> [PROBLEM TO WORK ON]
Your task is to transcribe the entries below exactly, from their first line down to the line containing "(-20, 0), align=None)", and to stop there.

> [DATA PROVIDED]
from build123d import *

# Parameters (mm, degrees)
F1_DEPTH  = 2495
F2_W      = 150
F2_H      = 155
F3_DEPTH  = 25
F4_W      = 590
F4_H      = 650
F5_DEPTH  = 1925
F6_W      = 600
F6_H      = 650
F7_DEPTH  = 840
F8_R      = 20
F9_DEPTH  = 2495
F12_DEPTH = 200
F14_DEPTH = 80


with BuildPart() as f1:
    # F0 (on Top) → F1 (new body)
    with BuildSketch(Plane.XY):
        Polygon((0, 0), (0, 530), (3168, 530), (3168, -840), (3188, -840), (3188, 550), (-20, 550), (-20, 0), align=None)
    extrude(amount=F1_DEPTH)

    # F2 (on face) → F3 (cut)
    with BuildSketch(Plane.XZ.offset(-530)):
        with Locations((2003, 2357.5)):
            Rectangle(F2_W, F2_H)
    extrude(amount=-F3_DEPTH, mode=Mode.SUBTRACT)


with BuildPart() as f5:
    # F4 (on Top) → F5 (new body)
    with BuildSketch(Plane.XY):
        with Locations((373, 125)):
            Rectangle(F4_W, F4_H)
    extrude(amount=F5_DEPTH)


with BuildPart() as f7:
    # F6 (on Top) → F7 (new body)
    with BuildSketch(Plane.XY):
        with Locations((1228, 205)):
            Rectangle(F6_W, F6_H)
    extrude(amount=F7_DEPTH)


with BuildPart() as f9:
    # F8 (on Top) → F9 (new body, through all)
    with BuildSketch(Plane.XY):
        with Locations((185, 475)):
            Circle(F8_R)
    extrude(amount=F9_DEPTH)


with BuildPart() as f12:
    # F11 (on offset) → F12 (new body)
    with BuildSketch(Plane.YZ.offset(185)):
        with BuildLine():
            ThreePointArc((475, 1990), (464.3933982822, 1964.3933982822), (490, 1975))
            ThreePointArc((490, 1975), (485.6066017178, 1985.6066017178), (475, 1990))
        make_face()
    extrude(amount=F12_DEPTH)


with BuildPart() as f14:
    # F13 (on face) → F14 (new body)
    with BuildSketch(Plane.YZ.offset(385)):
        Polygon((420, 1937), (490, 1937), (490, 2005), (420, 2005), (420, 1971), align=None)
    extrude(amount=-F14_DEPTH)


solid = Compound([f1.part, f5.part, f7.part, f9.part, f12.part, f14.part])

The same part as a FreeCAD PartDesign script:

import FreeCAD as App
import Part
import Sketcher
Q = App.Units.Quantity

doc = App.newDocument("Part")
body = doc.addObject("PartDesign::Body", "Body")

sketch1 = doc.addObject("Sketcher::SketchObject", "Sketch")
body.addObject(sketch1)
sketch1.AttachmentSupport = (doc.XY_Plane, [""])
sketch1.MapMode = "FlatFace"
sketch1.addGeometry([
    Part.LineSegment(App.Vector(0, 0, 0), App.Vector(0, 530, 0)),
    Part.LineSegment(App.Vector(0, 530, 0), App.Vector(3168, 530, 0)),
    Part.LineSegment(App.Vector(3168, 530, 0), App.Vector(3168, -840, 0)),
    Part.LineSegment(App.Vector(3168, -840, 0), App.Vector(3188, -840, 0)),
    Part.LineSegment(App.Vector(3188, -840, 0), App.Vector(3188, 550, 0)),
    Part.LineSegment(App.Vector(3188, 550, 0), App.Vector(-20, 550, 0)),
    Part.LineSegment(App.Vector(-20, 550, 0), App.Vector(-20, 0, 0)),
    Part.LineSegment(App.Vector(-20, 0, 0), App.Vector(0, 0, 0)),
], False)
sketch1.addConstraint([
    Sketcher.Constraint("Coincident", 0, 2, 1, 1),
    Sketcher.Constraint("Coincident", 1, 2, 2, 1),
    Sketcher.Constraint("Coincident", 2, 2, 3, 1),
    Sketcher.Constraint("Coincident", 3, 2, 4, 1),
    Sketcher.Constraint("Coincident", 4, 2, 5, 1),
    Sketcher.Constraint("Coincident", 5, 2, 6, 1),
    Sketcher.Constraint("Coincident", 6, 2, 7, 1),
    Sketcher.Constraint("Coincident", 7, 2, 0, 1),
    Sketcher.Constraint("Vertical", 0),
    Sketcher.Constraint("Horizontal", 1),
    Sketcher.Constraint("Vertical", 2),
    Sketcher.Constraint("Horizontal", 3),
    Sketcher.Constraint("Vertical", 4),
    Sketcher.Constraint("Horizontal", 5),
    Sketcher.Constraint("Vertical", 6),
    Sketcher.Constraint("Horizontal", 7),
    Sketcher.Constraint("Coincident", 7, 2, -1, 1),
    Sketcher.Constraint("Equal", 3, 7),
    Sketcher.Constraint("DistanceX", 1, 1, 1, 2, Q("3168 mm")),
    Sketcher.Constraint("DistanceX", 3, 1, 3, 2, Q("20 mm")),
    Sketcher.Constraint("DistanceY", 0, 1, 0, 2, Q("530 mm")),
    Sketcher.Constraint("DistanceY", 2, 2, 2, 1, Q("1370 mm")),
    Sketcher.Constraint("DistanceY", 4, 1, 4, 2, Q("1390 mm")),
])
pad1 = doc.addObject("PartDesign::Pad", "Pad")
body.addObject(pad1)
pad1.Profile = sketch1
pad1.Length = 2495

sketch2 = doc.addObject("Sketcher::SketchObject", "Sketch001")
body.addObject(sketch2)
sketch2.AttachmentSupport = (doc.XZ_Plane, [""])
sketch2.MapMode = "FlatFace"
sketch2.AttachmentOffset = App.Placement(App.Vector(0, 0, -530), App.Rotation())
sketch2.addGeometry([
    Part.LineSegment(App.Vector(1928, 2435, 0), App.Vector(1928, 2280, 0)),
    Part.LineSegment(App.Vector(1928, 2280, 0), App.Vector(2078, 2280, 0)),
    Part.LineSegment(App.Vector(2078, 2280, 0), App.Vector(2078, 2435, 0)),
    Part.LineSegment(App.Vector(2078, 2435, 0), App.Vector(1928, 2435, 0)),
], False)
sketch2.addConstraint([
    Sketcher.Constraint("Coincident", 0, 2, 1, 1),
    Sketcher.Constraint("Coincident", 1, 2, 2, 1),
    Sketcher.Constraint("Coincident", 2, 2, 3, 1),
    Sketcher.Constraint("Coincident", 3, 2, 0, 1),
    Sketcher.Constraint("Vertical", 0),
    Sketcher.Constraint("Horizontal", 1),
    Sketcher.Constraint("Vertical", 2),
    Sketcher.Constraint("Horizontal", 3),
    Sketcher.Constraint("DistanceX", 1, 1, 1, 2, Q("150 mm")),
    Sketcher.Constraint("DistanceY", 0, 2, 0, 1, Q("155 mm")),
    Sketcher.Constraint("DistanceX", -1, 1, 0, 2, Q("1928 mm")),
    Sketcher.Constraint("DistanceY", -1, 1, 0, 2, Q("2280 mm")),
])
pocket1 = doc.addObject("PartDesign::Pocket", "Pocket")
body.addObject(pocket1)
pocket1.Profile = sketch2
pocket1.Length = 25
body2 = doc.addObject("PartDesign::Body", "Body001")

sketch3 = doc.addObject("Sketcher::SketchObject", "Sketch002")
body2.addObject(sketch3)
sketch3.AttachmentSupport = (doc.getObject("XY_Plane001"), [""])
sketch3.MapMode = "FlatFace"
sketch3.addGeometry([
    Part.LineSegment(App.Vector(78, 450, 0), App.Vector(78, -200, 0)),
    Part.LineSegment(App.Vector(78, -200, 0), App.Vector(668, -200, 0)),
    Part.LineSegment(App.Vector(668, -200, 0), App.Vector(668, 450, 0)),
    Part.LineSegment(App.Vector(668, 450, 0), App.Vector(78, 450, 0)),
], False)
sketch3.addConstraint([
    Sketcher.Constraint("Coincident", 0, 2, 1, 1),
    Sketcher.Constraint("Coincident", 1, 2, 2, 1),
    Sketcher.Constraint("Coincident", 2, 2, 3, 1),
    Sketcher.Constraint("Coincident", 3, 2, 0, 1),
    Sketcher.Constraint("Vertical", 0),
    Sketcher.Constraint("Horizontal", 1),
    Sketcher.Constraint("Vertical", 2),
    Sketcher.Constraint("Horizontal", 3),
    Sketcher.Constraint("DistanceX", 1, 1, 1, 2, Q("590 mm")),
    Sketcher.Constraint("DistanceY", 0, 2, 0, 1, Q("650 mm")),
    Sketcher.Constraint("DistanceX", -1, 1, 0, 2, Q("78 mm")),
    Sketcher.Constraint("DistanceY", 0, 2, -1, 1, Q("200 mm")),
])
pad2 = doc.addObject("PartDesign::Pad", "Pad001")
body2.addObject(pad2)
pad2.Profile = sketch3
pad2.Length = 1925
body3 = doc.addObject("PartDesign::Body", "Body002")

sketch4 = doc.addObject("Sketcher::SketchObject", "Sketch003")
body3.addObject(sketch4)
sketch4.AttachmentSupport = (doc.getObject("XY_Plane002"), [""])
sketch4.MapMode = "FlatFace"
sketch4.addGeometry([
    Part.LineSegment(App.Vector(928, 530, 0), App.Vector(928, -120, 0)),
    Part.LineSegment(App.Vector(928, -120, 0), App.Vector(1528, -120, 0)),
    Part.LineSegment(App.Vector(1528, -120, 0), App.Vector(1528, 530, 0)),
    Part.LineSegment(App.Vector(1528, 530, 0), App.Vector(928, 530, 0)),
], False)
sketch4.addConstraint([
    Sketcher.Constraint("Coincident", 0, 2, 1, 1),
    Sketcher.Constraint("Coincident", 1, 2, 2, 1),
    Sketcher.Constraint("Coincident", 2, 2, 3, 1),
    Sketcher.Constraint("Coincident", 3, 2, 0, 1),
    Sketcher.Constraint("Vertical", 0),
    Sketcher.Constraint("Horizontal", 1),
    Sketcher.Constraint("Vertical", 2),
    Sketcher.Constraint("Horizontal", 3),
    Sketcher.Constraint("DistanceX", 1, 1, 1, 2, Q("600 mm")),
    Sketcher.Constraint("DistanceY", 0, 2, 0, 1, Q("650 mm")),
    Sketcher.Constraint("DistanceX", -1, 1, 0, 2, Q("928 mm")),
    Sketcher.Constraint("DistanceY", 0, 2, -1, 1, Q("120 mm")),
])
pad3 = doc.addObject("PartDesign::Pad", "Pad002")
body3.addObject(pad3)
pad3.Profile = sketch4
pad3.Length = 840
body4 = doc.addObject("PartDesign::Body", "Body003")

sketch5 = doc.addObject("Sketcher::SketchObject", "Sketch004")
body4.addObject(sketch5)
sketch5.AttachmentSupport = (doc.getObject("XY_Plane003"), [""])
sketch5.MapMode = "FlatFace"
sketch5.addGeometry(Part.Circle(App.Vector(185, 475, 0), App.Vector(0, 0, 1), 20), False)
sketch5.addConstraint([
    Sketcher.Constraint("Diameter", 0, Q("40 mm")),
    Sketcher.Constraint("DistanceX", -1, 1, 0, 3, Q("185 mm")),
    Sketcher.Constraint("DistanceY", -1, 1, 0, 3, Q("475 mm")),
])
pad4 = doc.addObject("PartDesign::Pad", "Pad003")
body4.addObject(pad4)
pad4.Profile = sketch5
pad4.Length = 2495
body5 = doc.addObject("PartDesign::Body", "Body004")

sketch6 = doc.addObject("Sketcher::SketchObject", "Sketch005")
body5.addObject(sketch6)
sketch6.AttachmentSupport = (doc.getObject("YZ_Plane004"), [""])
sketch6.MapMode = "FlatFace"
sketch6.AttachmentOffset = App.Placement(App.Vector(0, 0, 185), App.Rotation())
sketch6.addGeometry(Part.Circle(App.Vector(475, 1975, 0), App.Vector(0, 0, 1), 15), False)
sketch6.addConstraint([
    Sketcher.Constraint("Diameter", 0, Q("30 mm")),
    Sketcher.Constraint("DistanceX", -1, 1, 0, 3, Q("475 mm")),
    Sketcher.Constraint("DistanceY", -1, 1, 0, 3, Q("1975 mm")),
])
pad5 = doc.addObject("PartDesign::Pad", "Pad004")
body5.addObject(pad5)
pad5.Profile = sketch6
pad5.Length = 200
body6 = doc.addObject("PartDesign::Body", "Body005")

sketch7 = doc.addObject("Sketcher::SketchObject", "Sketch006")
body6.addObject(sketch7)
sketch7.AttachmentSupport = (doc.getObject("YZ_Plane005"), [""])
sketch7.MapMode = "FlatFace"
sketch7.AttachmentOffset = App.Placement(App.Vector(0, 0, 385), App.Rotation())
sketch7.addGeometry([
    Part.LineSegment(App.Vector(420, 1937, 0), App.Vector(490, 1937, 0)),
    Part.LineSegment(App.Vector(490, 1937, 0), App.Vector(490, 2005, 0)),
    Part.LineSegment(App.Vector(490, 2005, 0), App.Vector(420, 2005, 0)),
    Part.LineSegment(App.Vector(420, 2005, 0), App.Vector(420, 1937, 0)),
], False)
sketch7.addConstraint([
    Sketcher.Constraint("Coincident", 0, 2, 1, 1),
    Sketcher.Constraint("Coincident", 1, 2, 2, 1),
    Sketcher.Constraint("Coincident", 2, 2, 3, 1),
    Sketcher.Constraint("Coincident", 3, 2, 0, 1),
    Sketcher.Constraint("Horizontal", 0),
    Sketcher.Constraint("Vertical", 1),
    Sketcher.Constraint("Horizontal", 2),
    Sketcher.Constraint("Vertical", 3),
    Sketcher.Constraint("DistanceX", 0, 1, 0, 2, Q("70 mm")),
    Sketcher.Constraint("DistanceY", 1, 1, 1, 2, Q("68 mm")),
    Sketcher.Constraint("DistanceX", -1, 1, 0, 2, Q("490 mm")),
    Sketcher.Constraint("DistanceY", -1, 1, 0, 2, Q("1937 mm")),
])
pad6 = doc.addObject("PartDesign::Pad", "Pad005")
body6.addObject(pad6)
pad6.Profile = sketch7
pad6.Length = 80
pad6.Reversed = True

doc.recompute()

> [PROBLEM SOLUTION]
from build123d import *

# Parameters (mm, degrees)
F1_DEPTH  = 2495
F2_W      = 150
F2_H      = 155
F3_DEPTH  = 25
F4_W      = 590
F4_H      = 650
F5_DEPTH  = 1925
F6_W      = 600
F6_H      = 650
F7_DEPTH  = 840
F8_R      = 20
F9_DEPTH  = 2495
F12_DEPTH = 200
F14_DEPTH = 80


with BuildPart() as f1:
    # F0 (on Top) → F1 (new body)
    with BuildSketch(Plane.XY):
        Polygon((0, 0), (0, 530), (3168, 530), (3168, -840), (3188, -840), (3188, 550), (-20, 550), (-20, 0), align=None)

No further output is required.